Collected data entries:
########

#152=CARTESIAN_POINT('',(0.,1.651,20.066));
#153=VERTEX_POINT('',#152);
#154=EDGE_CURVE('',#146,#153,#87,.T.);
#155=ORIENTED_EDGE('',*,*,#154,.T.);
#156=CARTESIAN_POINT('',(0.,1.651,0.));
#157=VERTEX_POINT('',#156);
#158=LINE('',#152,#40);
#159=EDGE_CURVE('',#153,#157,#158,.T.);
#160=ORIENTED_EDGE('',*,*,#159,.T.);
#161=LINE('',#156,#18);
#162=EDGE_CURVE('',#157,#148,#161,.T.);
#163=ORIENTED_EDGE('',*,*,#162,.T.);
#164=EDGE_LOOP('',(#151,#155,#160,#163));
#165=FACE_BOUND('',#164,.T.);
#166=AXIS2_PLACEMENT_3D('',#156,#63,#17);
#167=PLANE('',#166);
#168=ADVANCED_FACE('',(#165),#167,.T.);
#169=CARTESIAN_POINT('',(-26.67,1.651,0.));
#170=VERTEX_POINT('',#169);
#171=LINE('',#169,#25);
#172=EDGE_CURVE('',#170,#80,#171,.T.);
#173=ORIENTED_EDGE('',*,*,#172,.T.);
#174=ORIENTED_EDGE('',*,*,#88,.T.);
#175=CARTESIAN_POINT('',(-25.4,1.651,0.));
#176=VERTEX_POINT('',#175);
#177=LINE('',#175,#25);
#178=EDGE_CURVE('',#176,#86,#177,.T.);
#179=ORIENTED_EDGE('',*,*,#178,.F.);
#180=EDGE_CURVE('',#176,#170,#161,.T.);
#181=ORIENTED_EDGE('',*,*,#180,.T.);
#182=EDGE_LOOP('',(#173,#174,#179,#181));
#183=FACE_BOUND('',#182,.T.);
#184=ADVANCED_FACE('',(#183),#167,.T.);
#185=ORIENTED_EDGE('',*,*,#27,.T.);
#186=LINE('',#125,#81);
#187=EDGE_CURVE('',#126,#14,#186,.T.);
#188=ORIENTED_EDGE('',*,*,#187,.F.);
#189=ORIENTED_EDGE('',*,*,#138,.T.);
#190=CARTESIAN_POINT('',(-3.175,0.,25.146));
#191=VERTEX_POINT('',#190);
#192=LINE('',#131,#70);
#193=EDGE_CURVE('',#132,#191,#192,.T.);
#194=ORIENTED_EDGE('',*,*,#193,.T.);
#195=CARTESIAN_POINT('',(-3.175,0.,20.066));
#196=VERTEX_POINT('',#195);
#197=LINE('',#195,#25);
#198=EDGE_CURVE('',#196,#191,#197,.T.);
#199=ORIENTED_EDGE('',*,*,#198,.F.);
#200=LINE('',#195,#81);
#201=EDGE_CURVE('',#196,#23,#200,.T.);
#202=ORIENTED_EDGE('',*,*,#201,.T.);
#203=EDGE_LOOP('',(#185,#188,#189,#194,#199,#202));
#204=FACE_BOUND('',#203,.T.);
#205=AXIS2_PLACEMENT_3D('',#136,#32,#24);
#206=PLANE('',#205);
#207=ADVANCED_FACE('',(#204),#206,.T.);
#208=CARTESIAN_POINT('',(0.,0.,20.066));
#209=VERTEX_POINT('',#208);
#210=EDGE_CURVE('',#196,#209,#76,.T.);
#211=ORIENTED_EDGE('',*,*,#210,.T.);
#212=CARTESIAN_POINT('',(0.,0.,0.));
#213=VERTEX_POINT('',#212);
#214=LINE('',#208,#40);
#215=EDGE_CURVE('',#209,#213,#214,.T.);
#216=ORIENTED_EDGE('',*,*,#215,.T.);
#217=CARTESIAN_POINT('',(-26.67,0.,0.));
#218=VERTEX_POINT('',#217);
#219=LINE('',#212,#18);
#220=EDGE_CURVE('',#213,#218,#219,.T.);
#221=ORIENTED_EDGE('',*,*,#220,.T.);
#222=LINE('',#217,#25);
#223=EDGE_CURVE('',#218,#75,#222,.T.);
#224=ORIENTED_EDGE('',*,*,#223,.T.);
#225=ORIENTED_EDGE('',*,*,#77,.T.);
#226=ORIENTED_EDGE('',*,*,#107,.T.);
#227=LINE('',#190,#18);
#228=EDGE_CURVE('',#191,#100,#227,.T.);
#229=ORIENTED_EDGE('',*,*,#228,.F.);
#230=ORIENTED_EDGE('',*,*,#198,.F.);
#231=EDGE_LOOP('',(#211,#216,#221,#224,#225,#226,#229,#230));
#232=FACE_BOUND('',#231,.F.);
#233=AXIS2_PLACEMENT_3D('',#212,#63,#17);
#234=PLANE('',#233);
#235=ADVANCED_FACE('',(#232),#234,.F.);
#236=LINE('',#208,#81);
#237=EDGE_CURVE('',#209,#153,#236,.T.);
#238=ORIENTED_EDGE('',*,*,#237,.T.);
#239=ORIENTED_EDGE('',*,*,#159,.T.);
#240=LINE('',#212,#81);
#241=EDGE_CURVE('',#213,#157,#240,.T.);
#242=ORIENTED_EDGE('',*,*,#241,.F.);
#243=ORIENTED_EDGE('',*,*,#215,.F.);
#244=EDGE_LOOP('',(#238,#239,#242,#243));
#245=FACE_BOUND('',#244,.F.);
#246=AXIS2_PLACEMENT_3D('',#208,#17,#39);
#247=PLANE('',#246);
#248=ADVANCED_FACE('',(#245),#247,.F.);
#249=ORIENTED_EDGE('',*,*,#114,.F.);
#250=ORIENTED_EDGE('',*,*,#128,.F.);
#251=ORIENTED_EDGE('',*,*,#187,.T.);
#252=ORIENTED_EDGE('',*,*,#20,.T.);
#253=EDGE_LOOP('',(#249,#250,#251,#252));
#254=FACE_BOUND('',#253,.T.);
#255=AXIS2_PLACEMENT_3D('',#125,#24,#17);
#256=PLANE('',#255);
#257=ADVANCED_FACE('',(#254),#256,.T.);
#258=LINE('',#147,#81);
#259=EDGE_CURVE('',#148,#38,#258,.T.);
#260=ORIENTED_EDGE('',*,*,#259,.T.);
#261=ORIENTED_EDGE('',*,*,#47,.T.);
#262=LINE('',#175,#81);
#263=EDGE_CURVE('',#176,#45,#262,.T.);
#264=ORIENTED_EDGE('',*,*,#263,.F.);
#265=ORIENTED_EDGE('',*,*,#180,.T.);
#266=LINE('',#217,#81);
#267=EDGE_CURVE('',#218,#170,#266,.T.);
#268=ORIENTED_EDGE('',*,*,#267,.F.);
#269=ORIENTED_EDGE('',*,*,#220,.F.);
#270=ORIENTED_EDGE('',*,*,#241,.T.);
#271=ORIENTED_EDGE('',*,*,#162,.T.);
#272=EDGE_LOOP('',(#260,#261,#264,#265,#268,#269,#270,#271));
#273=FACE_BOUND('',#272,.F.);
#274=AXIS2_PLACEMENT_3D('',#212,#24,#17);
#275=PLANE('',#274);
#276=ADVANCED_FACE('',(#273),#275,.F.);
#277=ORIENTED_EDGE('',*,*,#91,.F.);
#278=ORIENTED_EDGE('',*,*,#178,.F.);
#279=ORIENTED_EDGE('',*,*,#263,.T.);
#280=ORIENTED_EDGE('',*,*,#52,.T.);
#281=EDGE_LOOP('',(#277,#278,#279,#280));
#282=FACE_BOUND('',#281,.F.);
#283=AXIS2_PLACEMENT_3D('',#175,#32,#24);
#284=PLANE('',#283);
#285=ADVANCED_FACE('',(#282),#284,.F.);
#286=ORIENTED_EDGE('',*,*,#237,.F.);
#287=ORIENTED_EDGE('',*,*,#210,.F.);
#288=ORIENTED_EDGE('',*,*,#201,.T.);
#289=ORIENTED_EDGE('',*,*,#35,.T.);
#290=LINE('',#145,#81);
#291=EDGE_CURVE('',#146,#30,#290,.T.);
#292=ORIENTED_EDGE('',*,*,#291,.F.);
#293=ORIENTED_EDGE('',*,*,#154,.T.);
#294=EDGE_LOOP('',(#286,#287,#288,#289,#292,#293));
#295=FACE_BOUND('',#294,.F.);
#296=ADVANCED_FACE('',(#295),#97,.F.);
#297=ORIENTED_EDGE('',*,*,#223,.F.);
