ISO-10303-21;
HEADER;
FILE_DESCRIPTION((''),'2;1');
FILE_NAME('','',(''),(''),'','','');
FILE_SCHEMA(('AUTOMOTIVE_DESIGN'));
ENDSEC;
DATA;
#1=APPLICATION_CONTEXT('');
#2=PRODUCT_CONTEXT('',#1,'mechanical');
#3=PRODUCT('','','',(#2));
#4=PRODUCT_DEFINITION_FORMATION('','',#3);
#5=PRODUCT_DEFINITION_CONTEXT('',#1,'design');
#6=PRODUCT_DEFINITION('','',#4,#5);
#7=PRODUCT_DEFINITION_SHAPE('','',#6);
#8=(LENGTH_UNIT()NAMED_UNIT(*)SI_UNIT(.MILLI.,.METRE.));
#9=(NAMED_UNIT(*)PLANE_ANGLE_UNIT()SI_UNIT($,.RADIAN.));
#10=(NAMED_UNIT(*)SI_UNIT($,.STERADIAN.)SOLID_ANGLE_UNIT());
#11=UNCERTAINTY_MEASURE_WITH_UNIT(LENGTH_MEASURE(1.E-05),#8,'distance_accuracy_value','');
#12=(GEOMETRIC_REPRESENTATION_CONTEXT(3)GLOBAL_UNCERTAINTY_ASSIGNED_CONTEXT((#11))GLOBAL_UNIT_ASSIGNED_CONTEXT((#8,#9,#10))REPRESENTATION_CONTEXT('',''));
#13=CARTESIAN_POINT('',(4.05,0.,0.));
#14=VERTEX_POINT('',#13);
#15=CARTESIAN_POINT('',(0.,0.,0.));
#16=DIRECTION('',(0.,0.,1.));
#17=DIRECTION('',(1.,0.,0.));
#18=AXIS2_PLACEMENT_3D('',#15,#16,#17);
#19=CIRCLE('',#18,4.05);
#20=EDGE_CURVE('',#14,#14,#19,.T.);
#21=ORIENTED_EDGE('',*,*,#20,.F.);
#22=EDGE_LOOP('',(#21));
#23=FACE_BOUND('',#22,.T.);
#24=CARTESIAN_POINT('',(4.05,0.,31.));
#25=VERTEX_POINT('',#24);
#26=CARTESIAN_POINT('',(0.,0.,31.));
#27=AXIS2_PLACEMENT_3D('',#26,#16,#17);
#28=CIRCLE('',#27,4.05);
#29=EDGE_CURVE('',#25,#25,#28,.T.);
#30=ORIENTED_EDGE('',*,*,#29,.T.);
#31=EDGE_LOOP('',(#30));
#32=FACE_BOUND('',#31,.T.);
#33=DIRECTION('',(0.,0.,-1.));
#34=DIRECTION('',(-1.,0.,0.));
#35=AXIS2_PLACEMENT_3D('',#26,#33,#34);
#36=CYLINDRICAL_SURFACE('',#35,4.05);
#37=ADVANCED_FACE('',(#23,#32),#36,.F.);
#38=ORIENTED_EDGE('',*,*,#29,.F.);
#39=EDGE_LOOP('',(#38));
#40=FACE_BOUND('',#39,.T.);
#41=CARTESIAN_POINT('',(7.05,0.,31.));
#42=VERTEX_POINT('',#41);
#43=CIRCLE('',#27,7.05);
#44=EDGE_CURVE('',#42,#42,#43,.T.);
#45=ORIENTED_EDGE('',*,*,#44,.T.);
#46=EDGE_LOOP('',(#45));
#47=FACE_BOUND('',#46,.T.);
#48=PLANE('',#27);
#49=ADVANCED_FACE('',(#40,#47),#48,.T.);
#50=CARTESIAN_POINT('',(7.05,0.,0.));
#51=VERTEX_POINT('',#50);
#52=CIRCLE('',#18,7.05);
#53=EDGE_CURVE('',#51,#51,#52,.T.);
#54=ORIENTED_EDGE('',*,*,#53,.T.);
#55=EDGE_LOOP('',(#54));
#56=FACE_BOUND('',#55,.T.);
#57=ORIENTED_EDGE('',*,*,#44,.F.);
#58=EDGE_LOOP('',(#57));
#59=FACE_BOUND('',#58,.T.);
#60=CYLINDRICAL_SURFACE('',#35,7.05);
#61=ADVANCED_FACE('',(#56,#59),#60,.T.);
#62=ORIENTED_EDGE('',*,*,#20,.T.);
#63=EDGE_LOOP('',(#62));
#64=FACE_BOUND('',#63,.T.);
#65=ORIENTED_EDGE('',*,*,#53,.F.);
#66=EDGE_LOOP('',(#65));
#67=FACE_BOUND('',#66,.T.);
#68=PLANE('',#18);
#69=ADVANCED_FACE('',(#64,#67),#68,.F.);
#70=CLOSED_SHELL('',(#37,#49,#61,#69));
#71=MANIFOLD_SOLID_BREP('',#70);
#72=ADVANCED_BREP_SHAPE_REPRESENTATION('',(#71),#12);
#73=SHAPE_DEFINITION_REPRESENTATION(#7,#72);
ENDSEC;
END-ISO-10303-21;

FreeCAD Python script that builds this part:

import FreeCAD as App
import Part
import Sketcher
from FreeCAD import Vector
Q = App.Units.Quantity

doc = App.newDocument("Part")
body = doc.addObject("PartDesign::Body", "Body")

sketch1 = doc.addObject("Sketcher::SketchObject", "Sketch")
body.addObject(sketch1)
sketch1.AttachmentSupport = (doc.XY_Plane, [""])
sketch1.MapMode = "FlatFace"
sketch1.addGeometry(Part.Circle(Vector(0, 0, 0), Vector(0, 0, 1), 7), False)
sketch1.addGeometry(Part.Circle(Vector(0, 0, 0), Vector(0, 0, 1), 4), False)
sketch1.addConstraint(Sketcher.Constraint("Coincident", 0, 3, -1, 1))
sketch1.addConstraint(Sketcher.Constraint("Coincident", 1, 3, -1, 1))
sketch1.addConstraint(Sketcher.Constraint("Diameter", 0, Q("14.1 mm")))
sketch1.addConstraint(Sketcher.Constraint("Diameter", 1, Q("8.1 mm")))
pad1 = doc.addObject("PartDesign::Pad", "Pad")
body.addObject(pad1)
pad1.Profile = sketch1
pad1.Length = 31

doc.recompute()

########

What you have to do —
Look above for the line that contains "#239=ORIENTED_EDGE('',*,*,#159,.T.);". Starting there, transcribe every line exactly until you have copied the line that contains "#257=ADVANCED_FACE('',(#254),#256,.T.);".

Response to the exercise —
#239=ORIENTED_EDGE('',*,*,#159,.T.);
#240=LINE('',#212,#81);
#241=EDGE_CURVE('',#213,#157,#240,.T.);
#242=ORIENTED_EDGE('',*,*,#241,.F.);
#243=ORIENTED_EDGE('',*,*,#215,.F.);
#244=EDGE_LOOP('',(#238,#239,#242,#243));
#245=FACE_BOUND('',#244,.F.);
#246=AXIS2_PLACEMENT_3D('',#208,#17,#39);
#247=PLANE('',#246);
#248=ADVANCED_FACE('',(#245),#247,.F.);
#249=ORIENTED_EDGE('',*,*,#114,.F.);
#250=ORIENTED_EDGE('',*,*,#128,.F.);
#251=ORIENTED_EDGE('',*,*,#187,.T.);
#252=ORIENTED_EDGE('',*,*,#20,.T.);
#253=EDGE_LOOP('',(#249,#250,#251,#252));
#254=FACE_BOUND('',#253,.T.);
#255=AXIS2_PLACEMENT_3D('',#125,#24,#17);
#256=PLANE('',#255);
#257=ADVANCED_FACE('',(#254),#256,.T.);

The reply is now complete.